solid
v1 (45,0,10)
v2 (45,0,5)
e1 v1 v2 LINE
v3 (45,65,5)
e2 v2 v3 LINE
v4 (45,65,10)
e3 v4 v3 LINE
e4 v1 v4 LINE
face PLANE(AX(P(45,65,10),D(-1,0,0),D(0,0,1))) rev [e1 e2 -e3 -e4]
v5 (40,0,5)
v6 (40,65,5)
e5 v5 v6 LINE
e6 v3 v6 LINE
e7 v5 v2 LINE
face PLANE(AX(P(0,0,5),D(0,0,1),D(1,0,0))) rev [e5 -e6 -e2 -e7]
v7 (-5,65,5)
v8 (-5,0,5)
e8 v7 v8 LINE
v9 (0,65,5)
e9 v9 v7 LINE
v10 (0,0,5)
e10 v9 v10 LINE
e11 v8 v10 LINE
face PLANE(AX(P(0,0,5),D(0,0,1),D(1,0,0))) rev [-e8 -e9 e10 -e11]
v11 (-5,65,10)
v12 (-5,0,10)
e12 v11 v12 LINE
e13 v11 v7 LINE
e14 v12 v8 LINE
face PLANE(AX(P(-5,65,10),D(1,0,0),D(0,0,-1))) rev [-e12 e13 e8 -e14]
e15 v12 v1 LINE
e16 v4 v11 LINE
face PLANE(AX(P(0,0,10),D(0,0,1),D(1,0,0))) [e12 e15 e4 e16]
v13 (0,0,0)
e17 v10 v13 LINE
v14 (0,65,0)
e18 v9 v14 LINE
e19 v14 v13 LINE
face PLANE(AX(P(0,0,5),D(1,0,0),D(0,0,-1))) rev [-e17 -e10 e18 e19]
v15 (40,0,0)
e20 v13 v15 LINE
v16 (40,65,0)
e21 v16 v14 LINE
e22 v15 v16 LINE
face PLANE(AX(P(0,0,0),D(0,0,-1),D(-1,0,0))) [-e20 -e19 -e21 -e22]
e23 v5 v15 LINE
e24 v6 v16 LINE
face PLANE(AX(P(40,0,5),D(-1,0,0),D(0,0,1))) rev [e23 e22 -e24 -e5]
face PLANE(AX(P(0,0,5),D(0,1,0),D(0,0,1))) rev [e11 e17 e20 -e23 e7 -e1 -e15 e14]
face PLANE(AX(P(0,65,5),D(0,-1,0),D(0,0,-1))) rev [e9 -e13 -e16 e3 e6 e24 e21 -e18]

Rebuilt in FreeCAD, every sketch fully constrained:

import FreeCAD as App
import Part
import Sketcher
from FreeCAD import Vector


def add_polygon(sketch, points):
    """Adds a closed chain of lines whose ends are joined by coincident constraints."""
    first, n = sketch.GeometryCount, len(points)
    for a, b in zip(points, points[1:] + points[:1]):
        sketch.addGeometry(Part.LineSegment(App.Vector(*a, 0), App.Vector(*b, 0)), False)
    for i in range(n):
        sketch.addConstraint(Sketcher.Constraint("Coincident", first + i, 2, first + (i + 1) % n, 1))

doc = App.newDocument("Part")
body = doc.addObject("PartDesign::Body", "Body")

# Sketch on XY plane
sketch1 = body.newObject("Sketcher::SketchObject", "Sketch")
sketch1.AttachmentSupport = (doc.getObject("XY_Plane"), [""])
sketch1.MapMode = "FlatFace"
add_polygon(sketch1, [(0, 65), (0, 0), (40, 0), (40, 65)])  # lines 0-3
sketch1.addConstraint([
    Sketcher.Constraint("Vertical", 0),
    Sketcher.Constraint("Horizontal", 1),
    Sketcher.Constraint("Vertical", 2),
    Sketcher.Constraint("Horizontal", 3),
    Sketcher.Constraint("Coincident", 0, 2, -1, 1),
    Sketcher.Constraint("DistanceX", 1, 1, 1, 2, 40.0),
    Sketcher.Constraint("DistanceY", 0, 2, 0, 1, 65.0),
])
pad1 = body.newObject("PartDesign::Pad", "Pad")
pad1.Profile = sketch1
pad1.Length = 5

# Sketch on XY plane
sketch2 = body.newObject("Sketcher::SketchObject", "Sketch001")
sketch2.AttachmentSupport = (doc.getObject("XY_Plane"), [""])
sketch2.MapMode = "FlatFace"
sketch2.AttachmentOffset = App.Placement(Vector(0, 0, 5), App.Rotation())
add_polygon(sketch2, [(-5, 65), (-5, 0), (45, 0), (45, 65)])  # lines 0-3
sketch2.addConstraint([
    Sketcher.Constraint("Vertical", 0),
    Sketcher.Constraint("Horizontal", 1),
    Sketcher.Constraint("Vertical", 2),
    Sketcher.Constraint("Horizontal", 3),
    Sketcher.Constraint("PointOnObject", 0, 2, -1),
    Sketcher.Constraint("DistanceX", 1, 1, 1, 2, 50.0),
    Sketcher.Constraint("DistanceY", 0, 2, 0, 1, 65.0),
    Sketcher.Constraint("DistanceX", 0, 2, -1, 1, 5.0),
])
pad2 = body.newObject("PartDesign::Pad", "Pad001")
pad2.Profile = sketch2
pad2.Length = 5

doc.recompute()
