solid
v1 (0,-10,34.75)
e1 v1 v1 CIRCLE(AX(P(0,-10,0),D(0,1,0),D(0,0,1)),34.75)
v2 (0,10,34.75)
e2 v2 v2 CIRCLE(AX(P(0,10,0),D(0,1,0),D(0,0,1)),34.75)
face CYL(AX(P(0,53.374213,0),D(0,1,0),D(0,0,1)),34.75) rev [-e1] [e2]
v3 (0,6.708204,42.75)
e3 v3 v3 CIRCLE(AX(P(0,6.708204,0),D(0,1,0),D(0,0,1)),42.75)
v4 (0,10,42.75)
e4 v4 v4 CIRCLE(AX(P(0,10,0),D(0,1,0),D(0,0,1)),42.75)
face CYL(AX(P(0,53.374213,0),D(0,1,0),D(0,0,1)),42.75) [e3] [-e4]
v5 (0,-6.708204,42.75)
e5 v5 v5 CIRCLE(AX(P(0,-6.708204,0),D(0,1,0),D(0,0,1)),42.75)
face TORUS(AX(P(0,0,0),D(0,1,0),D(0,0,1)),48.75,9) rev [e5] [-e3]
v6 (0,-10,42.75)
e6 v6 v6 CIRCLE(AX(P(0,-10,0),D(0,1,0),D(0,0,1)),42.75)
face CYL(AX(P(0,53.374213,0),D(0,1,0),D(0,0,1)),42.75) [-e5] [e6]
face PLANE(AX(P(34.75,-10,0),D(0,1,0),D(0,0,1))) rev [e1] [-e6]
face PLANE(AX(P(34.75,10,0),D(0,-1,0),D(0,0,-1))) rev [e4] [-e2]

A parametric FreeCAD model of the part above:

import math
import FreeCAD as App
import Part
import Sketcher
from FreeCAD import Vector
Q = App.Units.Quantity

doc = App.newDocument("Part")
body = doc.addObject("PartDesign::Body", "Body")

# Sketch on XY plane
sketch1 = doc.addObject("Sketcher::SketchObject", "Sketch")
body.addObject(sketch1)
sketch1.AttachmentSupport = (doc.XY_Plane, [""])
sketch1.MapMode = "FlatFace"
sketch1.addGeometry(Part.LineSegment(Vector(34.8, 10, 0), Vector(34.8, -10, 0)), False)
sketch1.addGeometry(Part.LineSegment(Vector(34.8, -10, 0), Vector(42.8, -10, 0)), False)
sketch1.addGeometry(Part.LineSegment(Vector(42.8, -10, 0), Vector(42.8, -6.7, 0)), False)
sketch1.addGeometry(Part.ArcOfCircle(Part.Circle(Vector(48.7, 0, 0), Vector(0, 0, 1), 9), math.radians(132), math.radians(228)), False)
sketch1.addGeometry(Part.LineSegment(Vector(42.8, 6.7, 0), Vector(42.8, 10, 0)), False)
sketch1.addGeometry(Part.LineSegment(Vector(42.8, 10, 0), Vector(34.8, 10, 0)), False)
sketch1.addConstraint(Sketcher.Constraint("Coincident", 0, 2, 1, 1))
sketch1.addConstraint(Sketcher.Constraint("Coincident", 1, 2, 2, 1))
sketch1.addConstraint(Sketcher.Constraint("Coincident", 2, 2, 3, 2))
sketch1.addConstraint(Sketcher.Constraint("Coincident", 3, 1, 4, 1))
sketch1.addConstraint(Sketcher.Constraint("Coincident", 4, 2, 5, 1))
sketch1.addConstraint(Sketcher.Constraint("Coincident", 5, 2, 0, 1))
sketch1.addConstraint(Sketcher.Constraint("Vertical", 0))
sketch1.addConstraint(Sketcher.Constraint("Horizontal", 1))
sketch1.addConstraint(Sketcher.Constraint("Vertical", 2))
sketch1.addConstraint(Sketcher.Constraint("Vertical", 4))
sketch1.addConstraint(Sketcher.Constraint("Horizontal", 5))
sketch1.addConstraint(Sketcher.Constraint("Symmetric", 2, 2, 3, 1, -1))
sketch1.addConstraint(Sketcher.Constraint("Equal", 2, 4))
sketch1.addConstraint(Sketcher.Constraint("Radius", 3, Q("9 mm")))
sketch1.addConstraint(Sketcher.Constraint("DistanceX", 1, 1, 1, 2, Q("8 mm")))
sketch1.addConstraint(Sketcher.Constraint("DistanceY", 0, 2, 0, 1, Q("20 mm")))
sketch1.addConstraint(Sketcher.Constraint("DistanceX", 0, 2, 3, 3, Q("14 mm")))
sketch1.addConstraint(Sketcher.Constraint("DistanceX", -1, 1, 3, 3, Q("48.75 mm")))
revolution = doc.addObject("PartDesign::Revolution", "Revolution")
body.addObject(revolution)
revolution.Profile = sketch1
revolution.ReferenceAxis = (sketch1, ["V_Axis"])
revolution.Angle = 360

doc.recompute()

==

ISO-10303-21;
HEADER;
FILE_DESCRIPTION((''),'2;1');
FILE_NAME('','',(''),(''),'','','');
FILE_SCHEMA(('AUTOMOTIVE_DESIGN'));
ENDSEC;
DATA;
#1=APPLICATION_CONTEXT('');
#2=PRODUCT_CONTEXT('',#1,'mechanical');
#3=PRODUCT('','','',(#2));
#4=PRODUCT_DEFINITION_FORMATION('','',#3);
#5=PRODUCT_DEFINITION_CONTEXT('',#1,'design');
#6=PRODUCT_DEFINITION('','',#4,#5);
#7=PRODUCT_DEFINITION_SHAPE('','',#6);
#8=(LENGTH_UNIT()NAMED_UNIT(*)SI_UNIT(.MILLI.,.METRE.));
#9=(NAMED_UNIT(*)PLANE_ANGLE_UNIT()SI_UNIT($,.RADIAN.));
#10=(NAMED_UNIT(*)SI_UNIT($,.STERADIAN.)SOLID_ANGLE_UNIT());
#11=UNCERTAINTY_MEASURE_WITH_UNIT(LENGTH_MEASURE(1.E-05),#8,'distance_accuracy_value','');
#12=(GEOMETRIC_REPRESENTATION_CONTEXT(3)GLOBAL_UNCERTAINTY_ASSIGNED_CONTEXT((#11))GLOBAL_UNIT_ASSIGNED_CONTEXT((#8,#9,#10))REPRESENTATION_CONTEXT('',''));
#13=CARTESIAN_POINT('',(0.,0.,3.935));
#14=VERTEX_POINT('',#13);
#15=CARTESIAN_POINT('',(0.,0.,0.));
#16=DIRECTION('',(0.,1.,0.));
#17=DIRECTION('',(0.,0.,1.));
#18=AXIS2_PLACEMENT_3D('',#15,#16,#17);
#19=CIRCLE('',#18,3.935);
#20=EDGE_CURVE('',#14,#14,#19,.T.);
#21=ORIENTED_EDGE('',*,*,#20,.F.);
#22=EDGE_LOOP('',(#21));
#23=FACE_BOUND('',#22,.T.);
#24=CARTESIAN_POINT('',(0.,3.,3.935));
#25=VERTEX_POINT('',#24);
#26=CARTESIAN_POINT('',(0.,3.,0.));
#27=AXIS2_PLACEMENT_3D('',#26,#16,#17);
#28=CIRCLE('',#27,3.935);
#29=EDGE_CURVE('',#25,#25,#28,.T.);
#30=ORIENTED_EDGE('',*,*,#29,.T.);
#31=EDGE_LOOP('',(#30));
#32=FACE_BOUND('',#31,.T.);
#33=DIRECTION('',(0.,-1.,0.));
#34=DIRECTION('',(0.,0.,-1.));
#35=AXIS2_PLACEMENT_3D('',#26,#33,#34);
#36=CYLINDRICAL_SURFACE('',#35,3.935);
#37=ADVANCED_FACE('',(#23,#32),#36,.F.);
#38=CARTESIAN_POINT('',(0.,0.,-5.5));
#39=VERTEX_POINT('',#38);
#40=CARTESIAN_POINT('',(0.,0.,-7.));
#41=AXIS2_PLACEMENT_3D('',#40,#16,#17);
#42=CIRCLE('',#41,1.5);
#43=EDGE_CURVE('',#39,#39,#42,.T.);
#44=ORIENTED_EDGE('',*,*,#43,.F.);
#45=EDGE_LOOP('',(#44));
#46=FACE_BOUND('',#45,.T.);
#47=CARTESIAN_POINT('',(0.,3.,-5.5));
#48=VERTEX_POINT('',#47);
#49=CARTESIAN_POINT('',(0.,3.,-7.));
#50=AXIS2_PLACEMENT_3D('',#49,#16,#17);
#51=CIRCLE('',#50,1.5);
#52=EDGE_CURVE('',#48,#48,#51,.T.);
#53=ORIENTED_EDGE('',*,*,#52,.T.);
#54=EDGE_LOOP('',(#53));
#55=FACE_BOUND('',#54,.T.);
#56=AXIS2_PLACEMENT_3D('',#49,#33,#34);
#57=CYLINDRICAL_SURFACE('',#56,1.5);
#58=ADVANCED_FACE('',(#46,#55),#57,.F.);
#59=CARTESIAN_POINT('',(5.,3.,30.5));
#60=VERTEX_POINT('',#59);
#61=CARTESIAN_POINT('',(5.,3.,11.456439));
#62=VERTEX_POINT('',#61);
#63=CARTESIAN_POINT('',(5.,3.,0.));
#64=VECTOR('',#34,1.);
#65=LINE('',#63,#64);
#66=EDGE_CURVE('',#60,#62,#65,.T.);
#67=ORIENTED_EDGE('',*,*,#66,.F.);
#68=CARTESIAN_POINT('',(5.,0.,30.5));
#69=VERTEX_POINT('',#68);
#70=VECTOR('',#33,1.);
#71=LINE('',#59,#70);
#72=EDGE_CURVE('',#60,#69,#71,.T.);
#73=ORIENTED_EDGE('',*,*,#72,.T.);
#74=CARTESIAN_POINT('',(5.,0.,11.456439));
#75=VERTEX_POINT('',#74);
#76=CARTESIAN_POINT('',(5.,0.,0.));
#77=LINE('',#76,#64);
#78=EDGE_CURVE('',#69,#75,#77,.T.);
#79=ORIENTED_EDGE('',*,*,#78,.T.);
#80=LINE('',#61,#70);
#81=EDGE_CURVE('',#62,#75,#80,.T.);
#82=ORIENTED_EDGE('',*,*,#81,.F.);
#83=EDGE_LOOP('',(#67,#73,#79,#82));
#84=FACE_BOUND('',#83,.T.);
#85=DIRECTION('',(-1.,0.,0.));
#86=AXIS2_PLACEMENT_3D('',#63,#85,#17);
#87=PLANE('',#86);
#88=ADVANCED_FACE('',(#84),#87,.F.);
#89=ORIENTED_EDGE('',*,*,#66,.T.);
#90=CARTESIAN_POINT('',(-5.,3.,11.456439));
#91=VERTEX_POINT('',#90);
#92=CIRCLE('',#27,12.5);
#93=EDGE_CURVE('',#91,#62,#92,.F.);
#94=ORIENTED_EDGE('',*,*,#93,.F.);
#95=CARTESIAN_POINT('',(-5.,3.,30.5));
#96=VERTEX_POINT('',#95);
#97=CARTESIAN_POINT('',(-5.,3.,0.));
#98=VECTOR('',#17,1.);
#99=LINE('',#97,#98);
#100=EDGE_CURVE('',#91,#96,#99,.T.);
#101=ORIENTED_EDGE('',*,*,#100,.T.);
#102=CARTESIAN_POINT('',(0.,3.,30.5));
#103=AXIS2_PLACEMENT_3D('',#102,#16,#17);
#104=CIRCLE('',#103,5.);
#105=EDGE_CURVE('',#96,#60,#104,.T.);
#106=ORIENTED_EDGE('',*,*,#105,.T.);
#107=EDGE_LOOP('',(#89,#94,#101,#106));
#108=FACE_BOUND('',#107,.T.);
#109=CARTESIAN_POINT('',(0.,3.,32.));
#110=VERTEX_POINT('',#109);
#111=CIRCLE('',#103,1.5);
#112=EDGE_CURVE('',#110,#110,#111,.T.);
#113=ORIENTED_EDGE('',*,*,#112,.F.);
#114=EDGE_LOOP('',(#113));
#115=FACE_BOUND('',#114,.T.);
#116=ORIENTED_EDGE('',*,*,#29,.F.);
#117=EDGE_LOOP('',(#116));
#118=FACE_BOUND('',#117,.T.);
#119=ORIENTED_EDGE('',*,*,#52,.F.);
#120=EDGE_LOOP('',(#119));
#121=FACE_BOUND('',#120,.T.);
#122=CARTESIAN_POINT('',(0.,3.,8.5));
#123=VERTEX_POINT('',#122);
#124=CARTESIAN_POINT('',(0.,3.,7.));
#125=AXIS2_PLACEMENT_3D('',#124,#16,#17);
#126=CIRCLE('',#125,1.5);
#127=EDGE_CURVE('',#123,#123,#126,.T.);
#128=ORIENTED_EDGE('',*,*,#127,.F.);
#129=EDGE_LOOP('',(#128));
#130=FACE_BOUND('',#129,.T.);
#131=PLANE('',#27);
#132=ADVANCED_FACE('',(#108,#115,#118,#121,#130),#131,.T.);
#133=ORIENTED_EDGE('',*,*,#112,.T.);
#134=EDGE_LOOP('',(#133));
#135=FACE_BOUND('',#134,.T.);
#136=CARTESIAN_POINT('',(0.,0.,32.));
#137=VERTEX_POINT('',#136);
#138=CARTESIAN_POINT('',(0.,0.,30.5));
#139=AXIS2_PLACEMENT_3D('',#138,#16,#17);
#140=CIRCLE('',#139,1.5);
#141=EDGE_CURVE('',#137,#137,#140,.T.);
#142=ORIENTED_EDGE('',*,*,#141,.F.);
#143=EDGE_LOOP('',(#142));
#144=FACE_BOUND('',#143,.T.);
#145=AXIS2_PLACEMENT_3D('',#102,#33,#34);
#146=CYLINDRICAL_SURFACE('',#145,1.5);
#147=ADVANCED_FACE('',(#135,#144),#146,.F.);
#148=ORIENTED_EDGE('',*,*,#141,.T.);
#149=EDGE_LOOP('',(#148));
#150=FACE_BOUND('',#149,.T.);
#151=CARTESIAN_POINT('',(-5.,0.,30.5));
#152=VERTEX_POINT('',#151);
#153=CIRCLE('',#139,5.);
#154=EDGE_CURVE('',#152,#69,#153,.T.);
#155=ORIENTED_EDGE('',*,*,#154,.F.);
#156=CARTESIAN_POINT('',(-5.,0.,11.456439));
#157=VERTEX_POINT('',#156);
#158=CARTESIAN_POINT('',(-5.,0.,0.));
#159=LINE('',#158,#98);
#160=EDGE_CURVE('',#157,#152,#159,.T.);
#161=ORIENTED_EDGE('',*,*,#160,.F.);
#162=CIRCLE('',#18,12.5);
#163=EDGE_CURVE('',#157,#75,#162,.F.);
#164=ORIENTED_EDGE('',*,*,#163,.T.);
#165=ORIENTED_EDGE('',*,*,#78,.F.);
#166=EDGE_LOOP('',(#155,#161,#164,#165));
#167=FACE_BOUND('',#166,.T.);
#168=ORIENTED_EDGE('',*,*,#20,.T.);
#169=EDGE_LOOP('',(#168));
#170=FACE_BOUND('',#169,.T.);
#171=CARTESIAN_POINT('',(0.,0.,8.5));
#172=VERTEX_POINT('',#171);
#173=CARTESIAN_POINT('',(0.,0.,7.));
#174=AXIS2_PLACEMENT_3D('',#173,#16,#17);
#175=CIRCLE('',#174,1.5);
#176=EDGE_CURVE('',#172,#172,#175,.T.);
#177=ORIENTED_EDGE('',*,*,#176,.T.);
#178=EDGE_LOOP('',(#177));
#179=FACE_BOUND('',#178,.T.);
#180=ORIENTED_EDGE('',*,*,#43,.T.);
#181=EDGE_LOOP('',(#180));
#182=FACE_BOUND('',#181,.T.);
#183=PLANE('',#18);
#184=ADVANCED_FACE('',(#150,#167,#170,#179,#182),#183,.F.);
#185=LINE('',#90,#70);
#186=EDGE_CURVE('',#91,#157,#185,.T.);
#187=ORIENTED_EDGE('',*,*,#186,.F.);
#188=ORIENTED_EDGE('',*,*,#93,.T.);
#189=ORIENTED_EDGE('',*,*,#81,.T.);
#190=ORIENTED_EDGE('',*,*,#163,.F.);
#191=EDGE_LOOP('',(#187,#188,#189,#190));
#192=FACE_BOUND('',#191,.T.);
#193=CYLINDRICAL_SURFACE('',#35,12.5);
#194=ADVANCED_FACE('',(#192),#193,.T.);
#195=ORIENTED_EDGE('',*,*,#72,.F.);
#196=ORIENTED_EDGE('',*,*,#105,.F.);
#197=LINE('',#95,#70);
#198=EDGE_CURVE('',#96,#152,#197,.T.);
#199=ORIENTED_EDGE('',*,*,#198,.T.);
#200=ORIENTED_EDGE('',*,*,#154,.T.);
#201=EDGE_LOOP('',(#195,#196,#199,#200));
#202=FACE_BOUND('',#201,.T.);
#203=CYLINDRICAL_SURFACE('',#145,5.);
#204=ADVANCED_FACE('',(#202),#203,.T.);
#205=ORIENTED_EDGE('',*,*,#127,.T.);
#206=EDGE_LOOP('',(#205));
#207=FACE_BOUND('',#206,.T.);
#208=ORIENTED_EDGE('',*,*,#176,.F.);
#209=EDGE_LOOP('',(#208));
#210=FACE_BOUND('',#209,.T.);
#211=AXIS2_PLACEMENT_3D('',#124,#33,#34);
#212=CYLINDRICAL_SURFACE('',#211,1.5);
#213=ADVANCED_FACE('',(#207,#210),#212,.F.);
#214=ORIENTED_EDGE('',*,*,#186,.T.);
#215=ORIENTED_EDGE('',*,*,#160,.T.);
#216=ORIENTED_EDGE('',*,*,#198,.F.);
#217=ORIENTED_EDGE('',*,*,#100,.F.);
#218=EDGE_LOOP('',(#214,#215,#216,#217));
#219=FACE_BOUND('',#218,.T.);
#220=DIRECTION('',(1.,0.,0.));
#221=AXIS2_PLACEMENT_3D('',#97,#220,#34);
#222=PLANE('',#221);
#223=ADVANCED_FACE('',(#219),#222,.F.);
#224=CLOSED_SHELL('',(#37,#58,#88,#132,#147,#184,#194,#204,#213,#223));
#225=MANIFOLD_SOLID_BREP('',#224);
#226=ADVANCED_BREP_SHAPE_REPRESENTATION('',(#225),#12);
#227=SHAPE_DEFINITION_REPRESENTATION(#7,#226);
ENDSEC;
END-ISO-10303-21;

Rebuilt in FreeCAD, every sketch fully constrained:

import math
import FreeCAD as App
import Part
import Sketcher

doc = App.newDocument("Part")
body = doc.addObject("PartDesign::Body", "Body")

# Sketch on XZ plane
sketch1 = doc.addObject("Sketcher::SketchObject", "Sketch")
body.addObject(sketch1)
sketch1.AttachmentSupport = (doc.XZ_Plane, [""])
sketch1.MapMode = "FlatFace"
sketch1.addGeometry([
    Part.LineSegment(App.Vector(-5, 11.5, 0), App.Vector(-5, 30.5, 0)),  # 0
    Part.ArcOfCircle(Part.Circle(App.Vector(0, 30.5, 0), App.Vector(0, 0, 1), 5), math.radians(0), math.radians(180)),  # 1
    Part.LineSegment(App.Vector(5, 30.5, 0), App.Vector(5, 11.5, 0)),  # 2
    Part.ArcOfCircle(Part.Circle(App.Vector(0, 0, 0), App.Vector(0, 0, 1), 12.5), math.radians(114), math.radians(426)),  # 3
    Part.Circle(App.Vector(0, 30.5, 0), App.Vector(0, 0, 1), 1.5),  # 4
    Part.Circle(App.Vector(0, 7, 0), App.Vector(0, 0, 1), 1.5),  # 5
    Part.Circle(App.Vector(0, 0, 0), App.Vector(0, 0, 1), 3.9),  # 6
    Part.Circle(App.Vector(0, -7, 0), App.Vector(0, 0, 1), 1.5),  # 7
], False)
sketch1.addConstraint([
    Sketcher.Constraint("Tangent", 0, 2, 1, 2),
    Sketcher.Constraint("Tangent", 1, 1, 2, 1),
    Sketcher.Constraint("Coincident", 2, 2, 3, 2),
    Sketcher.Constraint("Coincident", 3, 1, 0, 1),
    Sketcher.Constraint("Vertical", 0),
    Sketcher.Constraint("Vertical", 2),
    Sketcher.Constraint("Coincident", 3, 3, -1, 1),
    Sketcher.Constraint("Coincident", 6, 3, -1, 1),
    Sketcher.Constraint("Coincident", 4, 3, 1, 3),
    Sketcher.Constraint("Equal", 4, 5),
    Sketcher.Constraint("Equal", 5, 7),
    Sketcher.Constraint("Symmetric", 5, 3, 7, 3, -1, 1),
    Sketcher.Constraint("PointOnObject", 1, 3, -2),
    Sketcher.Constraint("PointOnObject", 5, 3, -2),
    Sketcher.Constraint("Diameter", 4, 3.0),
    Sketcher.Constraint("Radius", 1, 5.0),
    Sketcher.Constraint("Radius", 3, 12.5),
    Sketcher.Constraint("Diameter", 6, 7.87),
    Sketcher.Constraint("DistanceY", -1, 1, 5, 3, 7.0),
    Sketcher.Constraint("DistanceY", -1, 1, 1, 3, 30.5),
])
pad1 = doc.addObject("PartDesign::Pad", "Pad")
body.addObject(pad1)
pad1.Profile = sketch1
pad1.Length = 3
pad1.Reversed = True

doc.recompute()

TASK REQUIREMENTS: Go to the line in the material above that contains "#102=CARTESIAN_POINT('',(0.,3.,30.5));" and copy exactly from there through the line that contains "#120=EDGE_LOOP('',(#119));", stopping after it.

RESULT BELOW:
#102=CARTESIAN_POINT('',(0.,3.,30.5));
#103=AXIS2_PLACEMENT_3D('',#102,#16,#17);
#104=CIRCLE('',#103,5.);
#105=EDGE_CURVE('',#96,#60,#104,.T.);
#106=ORIENTED_EDGE('',*,*,#105,.T.);
#107=EDGE_LOOP('',(#89,#94,#101,#106));
#108=FACE_BOUND('',#107,.T.);
#109=CARTESIAN_POINT('',(0.,3.,32.));
#110=VERTEX_POINT('',#109);
#111=CIRCLE('',#103,1.5);
#112=EDGE_CURVE('',#110,#110,#111,.T.);
#113=ORIENTED_EDGE('',*,*,#112,.F.);
#114=EDGE_LOOP('',(#113));
#115=FACE_BOUND('',#114,.T.);
#116=ORIENTED_EDGE('',*,*,#29,.F.);
#117=EDGE_LOOP('',(#116));
#118=FACE_BOUND('',#117,.T.);
#119=ORIENTED_EDGE('',*,*,#52,.F.);
#120=EDGE_LOOP('',(#119));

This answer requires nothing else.